=== SOURCE DATA ===

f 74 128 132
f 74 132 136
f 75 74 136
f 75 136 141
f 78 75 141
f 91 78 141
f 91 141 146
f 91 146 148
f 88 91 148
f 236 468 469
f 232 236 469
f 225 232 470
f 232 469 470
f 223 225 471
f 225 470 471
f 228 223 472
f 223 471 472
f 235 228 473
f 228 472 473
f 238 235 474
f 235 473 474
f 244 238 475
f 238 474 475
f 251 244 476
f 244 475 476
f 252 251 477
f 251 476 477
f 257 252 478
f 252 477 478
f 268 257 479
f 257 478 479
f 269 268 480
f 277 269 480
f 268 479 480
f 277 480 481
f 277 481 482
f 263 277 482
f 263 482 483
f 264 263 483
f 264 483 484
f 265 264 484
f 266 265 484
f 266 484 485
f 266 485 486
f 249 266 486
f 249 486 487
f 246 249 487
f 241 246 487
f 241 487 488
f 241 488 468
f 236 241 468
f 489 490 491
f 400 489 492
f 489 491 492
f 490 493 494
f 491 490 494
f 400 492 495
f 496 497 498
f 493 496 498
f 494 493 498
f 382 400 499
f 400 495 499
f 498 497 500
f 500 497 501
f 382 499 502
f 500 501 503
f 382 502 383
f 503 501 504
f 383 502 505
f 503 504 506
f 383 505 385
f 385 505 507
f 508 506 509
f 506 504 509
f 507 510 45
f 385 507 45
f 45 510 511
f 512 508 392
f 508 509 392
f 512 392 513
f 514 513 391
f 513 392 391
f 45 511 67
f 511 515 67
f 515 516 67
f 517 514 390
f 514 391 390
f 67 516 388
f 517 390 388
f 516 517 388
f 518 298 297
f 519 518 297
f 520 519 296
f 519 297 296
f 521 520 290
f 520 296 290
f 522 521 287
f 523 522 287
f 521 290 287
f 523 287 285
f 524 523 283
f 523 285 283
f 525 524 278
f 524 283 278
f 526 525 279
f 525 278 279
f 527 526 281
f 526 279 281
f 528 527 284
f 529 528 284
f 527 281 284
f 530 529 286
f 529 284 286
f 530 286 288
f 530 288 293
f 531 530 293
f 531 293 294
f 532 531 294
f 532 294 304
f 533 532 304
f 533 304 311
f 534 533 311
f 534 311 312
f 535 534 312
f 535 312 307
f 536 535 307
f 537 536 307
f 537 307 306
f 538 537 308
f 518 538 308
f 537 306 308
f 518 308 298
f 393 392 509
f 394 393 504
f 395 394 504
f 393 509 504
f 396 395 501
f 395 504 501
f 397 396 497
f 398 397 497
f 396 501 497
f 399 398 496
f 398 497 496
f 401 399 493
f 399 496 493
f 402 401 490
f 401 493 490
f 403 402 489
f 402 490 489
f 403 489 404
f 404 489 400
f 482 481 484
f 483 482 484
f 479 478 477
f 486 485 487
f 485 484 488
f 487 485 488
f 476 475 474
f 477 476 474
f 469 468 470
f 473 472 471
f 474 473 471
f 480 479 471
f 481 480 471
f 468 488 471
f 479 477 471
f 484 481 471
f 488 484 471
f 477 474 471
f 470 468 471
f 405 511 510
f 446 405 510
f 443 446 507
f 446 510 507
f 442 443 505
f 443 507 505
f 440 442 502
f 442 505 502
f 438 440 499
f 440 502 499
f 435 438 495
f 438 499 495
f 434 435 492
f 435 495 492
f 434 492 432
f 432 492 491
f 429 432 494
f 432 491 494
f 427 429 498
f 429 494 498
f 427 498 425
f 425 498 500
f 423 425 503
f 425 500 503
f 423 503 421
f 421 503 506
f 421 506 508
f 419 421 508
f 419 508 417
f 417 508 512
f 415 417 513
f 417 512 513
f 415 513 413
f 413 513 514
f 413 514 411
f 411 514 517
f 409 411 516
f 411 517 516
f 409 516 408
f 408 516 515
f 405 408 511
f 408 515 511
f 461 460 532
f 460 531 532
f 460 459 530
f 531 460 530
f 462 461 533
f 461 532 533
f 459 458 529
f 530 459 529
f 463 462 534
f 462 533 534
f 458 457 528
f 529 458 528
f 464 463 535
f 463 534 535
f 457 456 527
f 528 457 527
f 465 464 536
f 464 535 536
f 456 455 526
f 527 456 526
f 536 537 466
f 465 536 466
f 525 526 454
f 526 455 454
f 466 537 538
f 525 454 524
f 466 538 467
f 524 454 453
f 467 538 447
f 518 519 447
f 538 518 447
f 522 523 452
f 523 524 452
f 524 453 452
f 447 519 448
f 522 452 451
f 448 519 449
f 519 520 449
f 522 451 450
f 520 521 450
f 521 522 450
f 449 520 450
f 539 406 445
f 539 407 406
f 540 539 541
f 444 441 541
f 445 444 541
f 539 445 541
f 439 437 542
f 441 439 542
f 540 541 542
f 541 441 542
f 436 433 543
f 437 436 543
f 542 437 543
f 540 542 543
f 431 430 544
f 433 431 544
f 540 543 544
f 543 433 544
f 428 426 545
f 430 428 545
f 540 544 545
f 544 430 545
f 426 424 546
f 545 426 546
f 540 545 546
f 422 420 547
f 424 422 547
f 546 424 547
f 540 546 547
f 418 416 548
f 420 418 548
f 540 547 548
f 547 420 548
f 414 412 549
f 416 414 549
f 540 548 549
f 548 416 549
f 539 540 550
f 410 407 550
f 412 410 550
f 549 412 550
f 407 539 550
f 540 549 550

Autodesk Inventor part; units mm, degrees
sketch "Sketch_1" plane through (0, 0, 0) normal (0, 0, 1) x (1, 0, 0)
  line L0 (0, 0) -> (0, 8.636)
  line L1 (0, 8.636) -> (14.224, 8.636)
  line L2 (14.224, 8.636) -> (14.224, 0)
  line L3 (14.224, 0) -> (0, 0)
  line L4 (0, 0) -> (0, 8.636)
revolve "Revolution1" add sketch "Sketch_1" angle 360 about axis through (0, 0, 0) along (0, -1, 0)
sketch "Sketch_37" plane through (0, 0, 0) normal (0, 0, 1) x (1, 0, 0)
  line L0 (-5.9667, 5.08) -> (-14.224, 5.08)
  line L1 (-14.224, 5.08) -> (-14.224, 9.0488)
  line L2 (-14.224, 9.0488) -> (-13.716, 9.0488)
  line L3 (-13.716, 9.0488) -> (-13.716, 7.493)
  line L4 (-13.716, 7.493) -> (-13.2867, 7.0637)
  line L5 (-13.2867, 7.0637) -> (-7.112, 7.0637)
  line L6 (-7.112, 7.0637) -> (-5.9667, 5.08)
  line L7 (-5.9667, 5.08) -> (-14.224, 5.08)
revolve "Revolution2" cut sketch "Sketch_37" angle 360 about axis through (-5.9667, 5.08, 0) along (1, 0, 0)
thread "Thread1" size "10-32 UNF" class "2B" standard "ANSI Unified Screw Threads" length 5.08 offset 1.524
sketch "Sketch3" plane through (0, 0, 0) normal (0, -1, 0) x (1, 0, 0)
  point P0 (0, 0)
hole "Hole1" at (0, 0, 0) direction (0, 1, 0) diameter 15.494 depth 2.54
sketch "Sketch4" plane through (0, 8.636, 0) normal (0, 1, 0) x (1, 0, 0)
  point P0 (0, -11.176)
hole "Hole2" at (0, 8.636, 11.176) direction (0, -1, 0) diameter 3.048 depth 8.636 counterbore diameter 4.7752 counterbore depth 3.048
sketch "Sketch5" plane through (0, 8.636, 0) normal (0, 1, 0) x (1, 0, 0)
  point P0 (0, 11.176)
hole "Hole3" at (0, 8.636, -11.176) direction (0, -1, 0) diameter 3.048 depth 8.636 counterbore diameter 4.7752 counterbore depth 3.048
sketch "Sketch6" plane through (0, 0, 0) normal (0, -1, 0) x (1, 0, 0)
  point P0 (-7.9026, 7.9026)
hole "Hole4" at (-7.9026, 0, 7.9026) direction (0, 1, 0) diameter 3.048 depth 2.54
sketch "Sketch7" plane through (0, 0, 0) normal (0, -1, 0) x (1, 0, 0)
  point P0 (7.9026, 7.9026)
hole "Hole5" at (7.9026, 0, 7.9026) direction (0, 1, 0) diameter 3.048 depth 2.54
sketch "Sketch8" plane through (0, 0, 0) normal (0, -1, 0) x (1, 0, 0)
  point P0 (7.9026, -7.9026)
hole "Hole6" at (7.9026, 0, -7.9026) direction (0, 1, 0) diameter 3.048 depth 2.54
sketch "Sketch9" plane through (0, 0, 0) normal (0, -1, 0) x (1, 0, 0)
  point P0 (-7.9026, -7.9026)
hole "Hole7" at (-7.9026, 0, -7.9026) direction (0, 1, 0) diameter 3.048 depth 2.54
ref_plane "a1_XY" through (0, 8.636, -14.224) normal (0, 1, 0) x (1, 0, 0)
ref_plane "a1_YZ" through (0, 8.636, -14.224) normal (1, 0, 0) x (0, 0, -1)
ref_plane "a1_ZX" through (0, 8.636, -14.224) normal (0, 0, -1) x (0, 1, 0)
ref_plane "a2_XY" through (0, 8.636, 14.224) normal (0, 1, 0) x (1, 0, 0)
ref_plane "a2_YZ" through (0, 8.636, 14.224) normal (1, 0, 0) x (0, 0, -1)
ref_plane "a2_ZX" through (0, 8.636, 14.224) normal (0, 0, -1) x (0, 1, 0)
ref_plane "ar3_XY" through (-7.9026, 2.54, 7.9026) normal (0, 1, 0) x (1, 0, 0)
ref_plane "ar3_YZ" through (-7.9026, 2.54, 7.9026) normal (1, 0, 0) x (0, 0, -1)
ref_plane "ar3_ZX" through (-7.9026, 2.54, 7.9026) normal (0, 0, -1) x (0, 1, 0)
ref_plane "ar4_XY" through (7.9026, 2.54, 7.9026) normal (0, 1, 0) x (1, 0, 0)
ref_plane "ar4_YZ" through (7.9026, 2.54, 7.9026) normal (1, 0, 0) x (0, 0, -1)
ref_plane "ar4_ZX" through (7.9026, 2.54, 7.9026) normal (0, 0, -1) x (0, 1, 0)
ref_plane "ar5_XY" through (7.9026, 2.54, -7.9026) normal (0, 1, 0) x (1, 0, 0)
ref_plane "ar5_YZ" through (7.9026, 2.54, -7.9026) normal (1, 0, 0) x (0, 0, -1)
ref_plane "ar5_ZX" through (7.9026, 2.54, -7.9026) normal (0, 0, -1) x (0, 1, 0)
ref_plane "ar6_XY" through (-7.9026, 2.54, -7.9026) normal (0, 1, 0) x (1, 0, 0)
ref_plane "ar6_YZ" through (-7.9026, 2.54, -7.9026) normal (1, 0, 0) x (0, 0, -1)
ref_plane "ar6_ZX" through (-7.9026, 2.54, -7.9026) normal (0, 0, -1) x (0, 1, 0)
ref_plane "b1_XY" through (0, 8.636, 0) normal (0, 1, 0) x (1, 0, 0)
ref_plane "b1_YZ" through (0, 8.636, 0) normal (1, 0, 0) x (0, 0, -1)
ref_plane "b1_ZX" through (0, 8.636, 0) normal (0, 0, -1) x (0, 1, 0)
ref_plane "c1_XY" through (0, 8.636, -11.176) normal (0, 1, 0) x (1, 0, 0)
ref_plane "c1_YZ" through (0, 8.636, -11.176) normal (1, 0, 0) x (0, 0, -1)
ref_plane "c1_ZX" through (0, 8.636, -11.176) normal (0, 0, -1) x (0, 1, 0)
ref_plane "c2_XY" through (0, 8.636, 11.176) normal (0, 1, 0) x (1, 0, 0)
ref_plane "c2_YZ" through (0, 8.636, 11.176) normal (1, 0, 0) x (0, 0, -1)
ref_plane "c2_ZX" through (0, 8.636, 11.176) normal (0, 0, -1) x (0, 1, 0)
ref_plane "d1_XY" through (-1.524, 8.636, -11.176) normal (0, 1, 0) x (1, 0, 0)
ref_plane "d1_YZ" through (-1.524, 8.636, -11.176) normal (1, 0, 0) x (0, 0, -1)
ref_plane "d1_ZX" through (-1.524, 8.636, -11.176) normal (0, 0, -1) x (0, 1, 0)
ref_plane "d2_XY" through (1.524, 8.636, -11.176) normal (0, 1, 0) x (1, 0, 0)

===

TASK OBJECTIVE: Nothing but the lines from the one holding "(-7.9026, 2.54, 7.9026) normal (1, 0, 0)" through the last line of the data may be output, and each must match exactly.

TASK RESULT:
ref_plane "ar3_YZ" through (-7.9026, 2.54, 7.9026) normal (1, 0, 0) x (0, 0, -1)
ref_plane "ar3_ZX" through (-7.9026, 2.54, 7.9026) normal (0, 0, -1) x (0, 1, 0)
ref_plane "ar4_XY" through (7.9026, 2.54, 7.9026) normal (0, 1, 0) x (1, 0, 0)
ref_plane "ar4_YZ" through (7.9026, 2.54, 7.9026) normal (1, 0, 0) x (0, 0, -1)
ref_plane "ar4_ZX" through (7.9026, 2.54, 7.9026) normal (0, 0, -1) x (0, 1, 0)
ref_plane "ar5_XY" through (7.9026, 2.54, -7.9026) normal (0, 1, 0) x (1, 0, 0)
ref_plane "ar5_YZ" through (7.9026, 2.54, -7.9026) normal (1, 0, 0) x (0, 0, -1)
ref_plane "ar5_ZX" through (7.9026, 2.54, -7.9026) normal (0, 0, -1) x (0, 1, 0)
ref_plane "ar6_XY" through (-7.9026, 2.54, -7.9026) normal (0, 1, 0) x (1, 0, 0)
ref_plane "ar6_YZ" through (-7.9026, 2.54, -7.9026) normal (1, 0, 0) x (0, 0, -1)
ref_plane "ar6_ZX" through (-7.9026, 2.54, -7.9026) normal (0, 0, -1) x (0, 1, 0)
ref_plane "b1_XY" through (0, 8.636, 0) normal (0, 1, 0) x (1, 0, 0)
ref_plane "b1_YZ" through (0, 8.636, 0) normal (1, 0, 0) x (0, 0, -1)
ref_plane "b1_ZX" through (0, 8.636, 0) normal (0, 0, -1) x (0, 1, 0)
ref_plane "c1_XY" through (0, 8.636, -11.176) normal (0, 1, 0) x (1, 0, 0)
ref_plane "c1_YZ" through (0, 8.636, -11.176) normal (1, 0, 0) x (0, 0, -1)
ref_plane "c1_ZX" through (0, 8.636, -11.176) normal (0, 0, -1) x (0, 1, 0)
ref_plane "c2_XY" through (0, 8.636, 11.176) normal (0, 1, 0) x (1, 0, 0)
ref_plane "c2_YZ" through (0, 8.636, 11.176) normal (1, 0, 0) x (0, 0, -1)
ref_plane "c2_ZX" through (0, 8.636, 11.176) normal (0, 0, -1) x (0, 1, 0)
ref_plane "d1_XY" through (-1.524, 8.636, -11.176) normal (0, 1, 0) x (1, 0, 0)
ref_plane "d1_YZ" through (-1.524, 8.636, -11.176) normal (1, 0, 0) x (0, 0, -1)
ref_plane "d1_ZX" through (-1.524, 8.636, -11.176) normal (0, 0, -1) x (0, 1, 0)
ref_plane "d2_XY" through (1.524, 8.636, -11.176) normal (0, 1, 0) x (1, 0, 0)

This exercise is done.